*EXERCISE INSTRUCTIONS*:
Under this line are the records; write out word for word the part that begins at the line containing "v 45.385 0 -15.484" and ends at the line containing "f 121 119 120", and no more.

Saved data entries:
========================================================================

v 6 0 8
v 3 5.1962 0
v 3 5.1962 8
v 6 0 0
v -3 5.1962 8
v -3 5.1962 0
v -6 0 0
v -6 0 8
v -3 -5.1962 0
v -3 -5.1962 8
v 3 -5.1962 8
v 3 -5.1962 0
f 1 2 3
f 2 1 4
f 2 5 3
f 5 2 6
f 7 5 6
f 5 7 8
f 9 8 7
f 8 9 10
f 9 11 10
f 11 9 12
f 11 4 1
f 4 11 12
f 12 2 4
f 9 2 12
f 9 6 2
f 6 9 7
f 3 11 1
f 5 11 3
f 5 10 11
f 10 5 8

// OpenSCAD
feet_height = 8;
feet_diameter = 12;

cylinder(d = feet_diameter, h = feet_height, $fn = 6);
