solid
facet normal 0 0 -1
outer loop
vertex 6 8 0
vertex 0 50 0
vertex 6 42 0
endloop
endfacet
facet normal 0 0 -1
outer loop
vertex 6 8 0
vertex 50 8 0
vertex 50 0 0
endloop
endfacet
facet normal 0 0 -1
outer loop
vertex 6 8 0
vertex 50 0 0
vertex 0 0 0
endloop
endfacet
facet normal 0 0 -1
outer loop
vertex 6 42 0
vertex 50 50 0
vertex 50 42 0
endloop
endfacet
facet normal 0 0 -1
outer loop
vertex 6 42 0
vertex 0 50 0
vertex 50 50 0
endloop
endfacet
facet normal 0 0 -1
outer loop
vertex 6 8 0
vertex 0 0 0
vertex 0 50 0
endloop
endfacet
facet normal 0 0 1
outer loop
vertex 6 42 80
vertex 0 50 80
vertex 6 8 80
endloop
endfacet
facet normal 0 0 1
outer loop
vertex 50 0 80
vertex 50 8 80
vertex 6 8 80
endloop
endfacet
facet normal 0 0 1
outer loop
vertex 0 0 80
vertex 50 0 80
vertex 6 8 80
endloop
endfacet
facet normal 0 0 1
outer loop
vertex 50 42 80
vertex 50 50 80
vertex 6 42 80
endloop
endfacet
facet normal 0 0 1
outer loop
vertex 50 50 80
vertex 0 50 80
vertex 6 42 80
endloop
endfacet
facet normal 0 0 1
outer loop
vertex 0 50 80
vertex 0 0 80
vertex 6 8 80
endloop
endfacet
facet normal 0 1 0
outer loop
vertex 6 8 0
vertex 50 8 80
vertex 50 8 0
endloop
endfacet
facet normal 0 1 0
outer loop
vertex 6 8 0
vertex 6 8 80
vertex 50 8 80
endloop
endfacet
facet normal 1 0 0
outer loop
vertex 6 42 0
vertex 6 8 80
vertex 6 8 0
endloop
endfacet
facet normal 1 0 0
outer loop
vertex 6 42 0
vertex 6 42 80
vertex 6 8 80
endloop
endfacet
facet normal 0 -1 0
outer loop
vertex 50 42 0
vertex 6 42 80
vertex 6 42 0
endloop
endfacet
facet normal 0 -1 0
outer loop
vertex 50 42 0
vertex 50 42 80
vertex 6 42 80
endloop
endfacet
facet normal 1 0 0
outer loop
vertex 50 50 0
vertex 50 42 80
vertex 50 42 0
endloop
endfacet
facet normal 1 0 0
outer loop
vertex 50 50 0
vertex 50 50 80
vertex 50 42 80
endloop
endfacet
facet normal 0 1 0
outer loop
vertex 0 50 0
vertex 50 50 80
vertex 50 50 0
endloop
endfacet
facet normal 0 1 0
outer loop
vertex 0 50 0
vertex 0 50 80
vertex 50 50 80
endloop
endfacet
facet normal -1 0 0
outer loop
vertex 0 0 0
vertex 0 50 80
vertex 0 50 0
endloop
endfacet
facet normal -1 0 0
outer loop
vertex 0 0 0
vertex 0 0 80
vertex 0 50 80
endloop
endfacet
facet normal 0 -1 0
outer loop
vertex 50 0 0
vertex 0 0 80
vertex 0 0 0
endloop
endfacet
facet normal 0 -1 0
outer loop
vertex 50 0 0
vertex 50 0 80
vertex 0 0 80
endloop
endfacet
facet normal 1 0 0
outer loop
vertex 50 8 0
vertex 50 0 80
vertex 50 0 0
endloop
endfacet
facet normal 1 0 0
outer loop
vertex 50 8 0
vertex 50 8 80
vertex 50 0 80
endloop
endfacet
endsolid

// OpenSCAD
$fn = 32;

// ----------------------------------------------------------------------
// Structural section: channel 50 x 50 mm
// ----------------------------------------------------------------------

// --- parameters (mm) ---
sec_w = 50;               // channel width, X
sec_h = 50;               // channel height, Y
flange_t = 8;             // flange thickness
web_t = 6;                // web thickness
plate_t = 80;             // cut length, Z (extrusion height)

profile = [[0, 0], [50, 0], [50, 8], [6, 8], [6, 42], [50, 42], [50, 50], [0, 50]];  // primary outline, 8 points, counter clockwise

// --- the one profile operation ---
linear_extrude(height = plate_t) polygon(points = profile);
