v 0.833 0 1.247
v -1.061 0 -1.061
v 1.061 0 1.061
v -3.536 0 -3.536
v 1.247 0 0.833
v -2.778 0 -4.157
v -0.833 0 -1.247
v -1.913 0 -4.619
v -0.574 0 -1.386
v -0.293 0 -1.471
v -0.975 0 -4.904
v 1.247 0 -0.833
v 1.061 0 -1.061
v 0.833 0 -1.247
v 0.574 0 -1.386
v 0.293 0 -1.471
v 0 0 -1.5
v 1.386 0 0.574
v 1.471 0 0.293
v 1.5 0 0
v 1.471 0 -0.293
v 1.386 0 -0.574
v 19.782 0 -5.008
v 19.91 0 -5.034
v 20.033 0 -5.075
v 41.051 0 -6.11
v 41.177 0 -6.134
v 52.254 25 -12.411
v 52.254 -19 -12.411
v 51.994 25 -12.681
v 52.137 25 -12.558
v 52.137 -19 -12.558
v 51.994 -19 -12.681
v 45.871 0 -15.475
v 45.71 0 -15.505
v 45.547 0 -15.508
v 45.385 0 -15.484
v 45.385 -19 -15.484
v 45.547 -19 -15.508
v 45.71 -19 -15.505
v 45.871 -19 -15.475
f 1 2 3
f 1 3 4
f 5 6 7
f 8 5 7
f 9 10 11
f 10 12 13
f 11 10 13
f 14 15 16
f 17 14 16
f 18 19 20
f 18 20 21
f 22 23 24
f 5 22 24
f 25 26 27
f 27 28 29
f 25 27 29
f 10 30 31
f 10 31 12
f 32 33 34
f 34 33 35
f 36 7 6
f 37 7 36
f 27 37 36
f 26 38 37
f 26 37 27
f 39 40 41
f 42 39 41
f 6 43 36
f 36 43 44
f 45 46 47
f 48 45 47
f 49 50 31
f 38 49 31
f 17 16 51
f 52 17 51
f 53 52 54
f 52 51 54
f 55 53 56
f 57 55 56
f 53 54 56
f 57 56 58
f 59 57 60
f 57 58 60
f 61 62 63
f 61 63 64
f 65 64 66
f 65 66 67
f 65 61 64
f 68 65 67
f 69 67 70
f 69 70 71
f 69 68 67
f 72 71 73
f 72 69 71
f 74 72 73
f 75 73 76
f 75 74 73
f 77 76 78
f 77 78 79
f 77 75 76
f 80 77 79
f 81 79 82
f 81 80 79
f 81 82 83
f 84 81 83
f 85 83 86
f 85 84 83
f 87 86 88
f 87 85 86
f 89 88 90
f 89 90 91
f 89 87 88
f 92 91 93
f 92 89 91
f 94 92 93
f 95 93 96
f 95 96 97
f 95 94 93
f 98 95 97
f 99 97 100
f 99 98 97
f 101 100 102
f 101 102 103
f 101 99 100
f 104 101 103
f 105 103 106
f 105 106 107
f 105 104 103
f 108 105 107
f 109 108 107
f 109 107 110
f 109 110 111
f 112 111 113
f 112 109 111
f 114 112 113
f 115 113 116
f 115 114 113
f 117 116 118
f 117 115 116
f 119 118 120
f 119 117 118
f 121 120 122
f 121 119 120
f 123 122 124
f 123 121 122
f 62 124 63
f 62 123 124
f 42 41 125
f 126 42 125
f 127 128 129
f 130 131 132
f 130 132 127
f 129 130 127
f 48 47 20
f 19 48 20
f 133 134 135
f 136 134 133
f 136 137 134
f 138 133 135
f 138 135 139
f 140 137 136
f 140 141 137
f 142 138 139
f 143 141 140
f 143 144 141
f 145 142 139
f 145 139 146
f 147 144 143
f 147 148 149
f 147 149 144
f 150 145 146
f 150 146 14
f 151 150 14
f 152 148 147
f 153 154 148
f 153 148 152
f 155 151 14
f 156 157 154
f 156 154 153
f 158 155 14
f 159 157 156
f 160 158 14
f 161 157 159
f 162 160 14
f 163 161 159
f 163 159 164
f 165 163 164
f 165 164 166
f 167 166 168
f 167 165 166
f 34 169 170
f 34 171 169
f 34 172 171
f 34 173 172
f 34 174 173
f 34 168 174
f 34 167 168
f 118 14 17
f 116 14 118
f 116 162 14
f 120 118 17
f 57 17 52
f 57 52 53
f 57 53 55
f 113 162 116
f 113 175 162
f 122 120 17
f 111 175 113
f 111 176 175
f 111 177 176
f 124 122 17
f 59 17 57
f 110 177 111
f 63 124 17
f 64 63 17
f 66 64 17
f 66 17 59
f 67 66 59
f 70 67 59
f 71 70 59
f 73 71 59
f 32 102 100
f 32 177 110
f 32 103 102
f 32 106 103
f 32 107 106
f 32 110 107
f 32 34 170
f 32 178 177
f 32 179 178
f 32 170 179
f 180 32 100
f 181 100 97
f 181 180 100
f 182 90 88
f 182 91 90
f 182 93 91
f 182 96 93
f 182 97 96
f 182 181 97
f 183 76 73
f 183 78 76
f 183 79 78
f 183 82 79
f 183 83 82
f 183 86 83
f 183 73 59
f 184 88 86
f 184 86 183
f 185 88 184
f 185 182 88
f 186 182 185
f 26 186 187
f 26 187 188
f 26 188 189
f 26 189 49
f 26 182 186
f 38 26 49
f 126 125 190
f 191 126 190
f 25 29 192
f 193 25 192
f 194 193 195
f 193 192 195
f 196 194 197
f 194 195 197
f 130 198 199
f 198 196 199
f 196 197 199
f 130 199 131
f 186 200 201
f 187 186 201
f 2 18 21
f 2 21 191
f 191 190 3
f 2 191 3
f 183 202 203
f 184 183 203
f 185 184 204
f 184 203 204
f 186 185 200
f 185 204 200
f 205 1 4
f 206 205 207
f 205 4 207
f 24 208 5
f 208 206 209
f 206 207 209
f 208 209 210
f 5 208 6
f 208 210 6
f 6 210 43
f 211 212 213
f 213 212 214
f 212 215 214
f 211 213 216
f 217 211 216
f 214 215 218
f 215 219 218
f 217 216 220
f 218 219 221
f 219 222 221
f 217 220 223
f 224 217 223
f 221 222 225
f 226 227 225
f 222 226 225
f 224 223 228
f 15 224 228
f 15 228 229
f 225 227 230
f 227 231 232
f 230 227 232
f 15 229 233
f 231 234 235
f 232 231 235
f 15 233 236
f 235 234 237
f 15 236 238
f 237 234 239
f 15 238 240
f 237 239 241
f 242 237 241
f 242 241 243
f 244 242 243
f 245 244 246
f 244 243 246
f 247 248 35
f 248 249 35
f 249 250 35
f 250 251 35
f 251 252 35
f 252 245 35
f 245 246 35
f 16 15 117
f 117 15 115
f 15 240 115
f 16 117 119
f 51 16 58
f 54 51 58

========================================================================

*TASK SOLUTION*:
v 45.385 0 -15.484
v 45.385 -19 -15.484
v 45.547 -19 -15.508
v 45.71 -19 -15.505
v 45.871 -19 -15.475
f 1 2 3
f 1 3 4
f 5 6 7
f 8 5 7
f 9 10 11
f 10 12 13
f 11 10 13
f 14 15 16
f 17 14 16
f 18 19 20
f 18 20 21
f 22 23 24
f 5 22 24
f 25 26 27
f 27 28 29
f 25 27 29
f 10 30 31
f 10 31 12
f 32 33 34
f 34 33 35
f 36 7 6
f 37 7 36
f 27 37 36
f 26 38 37
f 26 37 27
f 39 40 41
f 42 39 41
f 6 43 36
f 36 43 44
f 45 46 47
f 48 45 47
f 49 50 31
f 38 49 31
f 17 16 51
f 52 17 51
f 53 52 54
f 52 51 54
f 55 53 56
f 57 55 56
f 53 54 56
f 57 56 58
f 59 57 60
f 57 58 60
f 61 62 63
f 61 63 64
f 65 64 66
f 65 66 67
f 65 61 64
f 68 65 67
f 69 67 70
f 69 70 71
f 69 68 67
f 72 71 73
f 72 69 71
f 74 72 73
f 75 73 76
f 75 74 73
f 77 76 78
f 77 78 79
f 77 75 76
f 80 77 79
f 81 79 82
f 81 80 79
f 81 82 83
f 84 81 83
f 85 83 86
f 85 84 83
f 87 86 88
f 87 85 86
f 89 88 90
f 89 90 91
f 89 87 88
f 92 91 93
f 92 89 91
f 94 92 93
f 95 93 96
f 95 96 97
f 95 94 93
f 98 95 97
f 99 97 100
f 99 98 97
f 101 100 102
f 101 102 103
f 101 99 100
f 104 101 103
f 105 103 106
f 105 106 107
f 105 104 103
f 108 105 107
f 109 108 107
f 109 107 110
f 109 110 111
f 112 111 113
f 112 109 111
f 114 112 113
f 115 113 116
f 115 114 113
f 117 116 118
f 117 115 116
f 119 118 120
f 119 117 118
f 121 120 122
f 121 119 120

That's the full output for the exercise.